Ans: (a) The HCF of two consecutive numbers is 1
Example: The HCF of 2 and 3 is 1
(b) The HCF of two consecutive even numbers is 2
Example: The HCF of 2 and 4 is 2
(c) The HCF of two consecutive odd numbers is 1
Example: The HCF of 3 and 5 is 1
Q3. HCF of coprime numbers 4 and 15 was found as follows by factorisation : 4 = 2 × 2 and 15 = 3 × 5 since there is no common prime factor, so HCF of 4 and 15 is 0. Is the answer correct? If not, what is the correct HCF?
Ans: No. The correct H.C.F. is 1.
Q2. Three boys step off together from the same spot. Their steps measure 63 cm, 70 cm and 77 cm respectively. What is the minimum distance each should cover so that all can cover the distance in complete steps?
Ans: Step measure by first boy = 63 cm
Step measure by second boy = 70 cm
Step measure by third boy = 77 cm
LCM = 2 × 3 × 3 × 5 × 7 × 11 = 6930
The minimum distance each should cover so that all can cover the distance in complete steps is 6930 cm.
Q3. The length, breadth and height of a room are 825 cm, 675 cm and 450 cm respectively. Find the longest tape which can measure the three dimensions of the room exactly.

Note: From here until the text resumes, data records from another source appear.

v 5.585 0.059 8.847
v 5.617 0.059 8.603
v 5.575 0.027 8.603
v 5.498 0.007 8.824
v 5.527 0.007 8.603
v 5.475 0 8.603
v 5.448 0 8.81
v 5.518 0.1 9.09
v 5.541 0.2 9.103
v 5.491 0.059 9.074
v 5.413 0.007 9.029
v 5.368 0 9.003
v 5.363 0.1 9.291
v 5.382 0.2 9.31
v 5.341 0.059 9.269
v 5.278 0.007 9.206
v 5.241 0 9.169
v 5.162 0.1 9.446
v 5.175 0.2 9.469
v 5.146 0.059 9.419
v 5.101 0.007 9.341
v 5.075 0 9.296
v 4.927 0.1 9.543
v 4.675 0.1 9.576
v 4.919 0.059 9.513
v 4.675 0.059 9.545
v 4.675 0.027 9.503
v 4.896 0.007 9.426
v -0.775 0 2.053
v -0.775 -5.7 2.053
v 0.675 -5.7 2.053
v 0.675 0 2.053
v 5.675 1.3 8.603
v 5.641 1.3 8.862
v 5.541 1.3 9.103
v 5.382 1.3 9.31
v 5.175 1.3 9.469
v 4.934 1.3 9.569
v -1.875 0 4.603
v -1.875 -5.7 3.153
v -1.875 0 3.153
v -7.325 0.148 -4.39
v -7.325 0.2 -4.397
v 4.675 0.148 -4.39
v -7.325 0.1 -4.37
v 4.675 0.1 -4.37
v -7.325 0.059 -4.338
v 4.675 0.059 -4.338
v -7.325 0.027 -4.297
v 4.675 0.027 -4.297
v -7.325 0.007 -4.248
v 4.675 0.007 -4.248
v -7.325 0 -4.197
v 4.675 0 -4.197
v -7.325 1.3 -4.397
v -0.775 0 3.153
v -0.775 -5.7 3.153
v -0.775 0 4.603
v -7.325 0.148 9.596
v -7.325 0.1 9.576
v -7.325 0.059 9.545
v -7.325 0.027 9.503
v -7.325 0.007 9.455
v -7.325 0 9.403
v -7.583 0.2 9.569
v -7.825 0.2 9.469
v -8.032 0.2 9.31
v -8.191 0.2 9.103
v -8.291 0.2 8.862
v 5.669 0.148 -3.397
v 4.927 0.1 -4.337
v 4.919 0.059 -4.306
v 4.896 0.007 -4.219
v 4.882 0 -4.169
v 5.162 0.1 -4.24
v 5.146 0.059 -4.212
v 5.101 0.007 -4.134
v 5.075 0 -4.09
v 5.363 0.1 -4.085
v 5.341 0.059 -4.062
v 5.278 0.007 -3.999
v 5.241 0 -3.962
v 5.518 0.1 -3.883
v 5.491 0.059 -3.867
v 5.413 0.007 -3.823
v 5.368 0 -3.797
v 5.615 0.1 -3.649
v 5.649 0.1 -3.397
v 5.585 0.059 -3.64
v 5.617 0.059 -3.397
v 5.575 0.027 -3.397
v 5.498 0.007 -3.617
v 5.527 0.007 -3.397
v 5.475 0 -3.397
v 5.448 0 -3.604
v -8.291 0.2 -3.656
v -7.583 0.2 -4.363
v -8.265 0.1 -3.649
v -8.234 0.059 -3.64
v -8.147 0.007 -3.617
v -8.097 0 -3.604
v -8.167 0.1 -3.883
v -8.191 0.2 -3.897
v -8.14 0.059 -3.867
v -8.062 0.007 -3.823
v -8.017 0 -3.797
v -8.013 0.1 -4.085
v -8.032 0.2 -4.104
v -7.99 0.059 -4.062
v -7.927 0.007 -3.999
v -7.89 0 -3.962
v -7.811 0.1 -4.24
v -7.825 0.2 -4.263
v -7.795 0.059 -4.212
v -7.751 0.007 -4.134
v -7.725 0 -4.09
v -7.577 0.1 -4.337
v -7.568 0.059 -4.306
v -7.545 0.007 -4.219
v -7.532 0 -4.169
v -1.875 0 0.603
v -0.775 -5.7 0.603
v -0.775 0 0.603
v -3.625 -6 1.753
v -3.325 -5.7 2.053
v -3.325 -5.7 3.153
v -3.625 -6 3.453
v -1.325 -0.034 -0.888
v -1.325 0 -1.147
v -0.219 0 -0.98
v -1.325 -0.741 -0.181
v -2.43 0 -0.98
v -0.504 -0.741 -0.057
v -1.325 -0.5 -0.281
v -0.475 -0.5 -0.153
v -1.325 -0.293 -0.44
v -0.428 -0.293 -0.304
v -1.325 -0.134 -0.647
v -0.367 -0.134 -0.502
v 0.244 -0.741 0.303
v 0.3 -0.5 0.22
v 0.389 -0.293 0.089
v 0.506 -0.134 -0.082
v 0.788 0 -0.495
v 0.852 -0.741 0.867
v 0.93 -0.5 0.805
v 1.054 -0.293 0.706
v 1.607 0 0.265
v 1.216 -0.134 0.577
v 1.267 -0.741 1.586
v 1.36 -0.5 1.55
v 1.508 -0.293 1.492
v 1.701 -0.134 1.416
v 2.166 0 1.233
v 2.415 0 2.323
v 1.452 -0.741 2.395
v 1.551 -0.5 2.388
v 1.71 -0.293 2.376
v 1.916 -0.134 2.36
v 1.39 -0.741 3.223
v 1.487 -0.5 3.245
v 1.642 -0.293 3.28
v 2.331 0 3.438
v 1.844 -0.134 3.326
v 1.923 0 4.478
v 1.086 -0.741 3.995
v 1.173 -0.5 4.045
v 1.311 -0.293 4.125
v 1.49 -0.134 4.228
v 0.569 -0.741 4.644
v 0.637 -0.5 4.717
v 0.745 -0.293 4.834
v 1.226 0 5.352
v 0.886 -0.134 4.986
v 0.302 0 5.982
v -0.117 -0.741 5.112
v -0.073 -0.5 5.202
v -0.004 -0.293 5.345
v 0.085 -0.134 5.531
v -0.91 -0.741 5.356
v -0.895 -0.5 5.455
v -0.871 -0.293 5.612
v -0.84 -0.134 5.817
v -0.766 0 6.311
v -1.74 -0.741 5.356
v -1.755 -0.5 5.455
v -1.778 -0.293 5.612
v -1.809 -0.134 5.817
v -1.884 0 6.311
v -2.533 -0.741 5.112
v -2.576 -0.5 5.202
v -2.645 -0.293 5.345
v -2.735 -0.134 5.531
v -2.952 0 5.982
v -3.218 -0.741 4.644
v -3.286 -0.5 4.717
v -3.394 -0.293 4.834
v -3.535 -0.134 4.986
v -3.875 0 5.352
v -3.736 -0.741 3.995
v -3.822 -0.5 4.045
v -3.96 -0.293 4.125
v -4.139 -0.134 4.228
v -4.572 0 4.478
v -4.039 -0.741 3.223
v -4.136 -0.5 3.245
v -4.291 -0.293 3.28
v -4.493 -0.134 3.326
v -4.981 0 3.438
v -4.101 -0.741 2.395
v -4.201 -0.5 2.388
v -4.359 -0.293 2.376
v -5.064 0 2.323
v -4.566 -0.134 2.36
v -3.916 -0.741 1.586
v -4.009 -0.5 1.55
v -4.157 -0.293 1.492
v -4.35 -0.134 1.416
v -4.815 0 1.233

Ans: The measurement of longest tape = H.C.F. of 825 cm, 675 cm and 450 cm.
Factors of 825 = 3 x 5 x 5 x 11
Factors of 675 = 3 x 5 x 5 x 3 x 3
Factors of 450 = 2 x 3 x 3 x 5 x 5
H.C.F. = 3 x 5 x 5 = 75 cm
Therefore, the longest tape is 75 cm.
Q4. Determine the smallest 3digit number which is exactly divisible by 6, 8 and 12.
Ans:
LCM of 6,8,12 = 2 × 2 × 2 × 3 × = 24
Hence, the smallest 3digit number which meets the requirements must be a multiple of 24.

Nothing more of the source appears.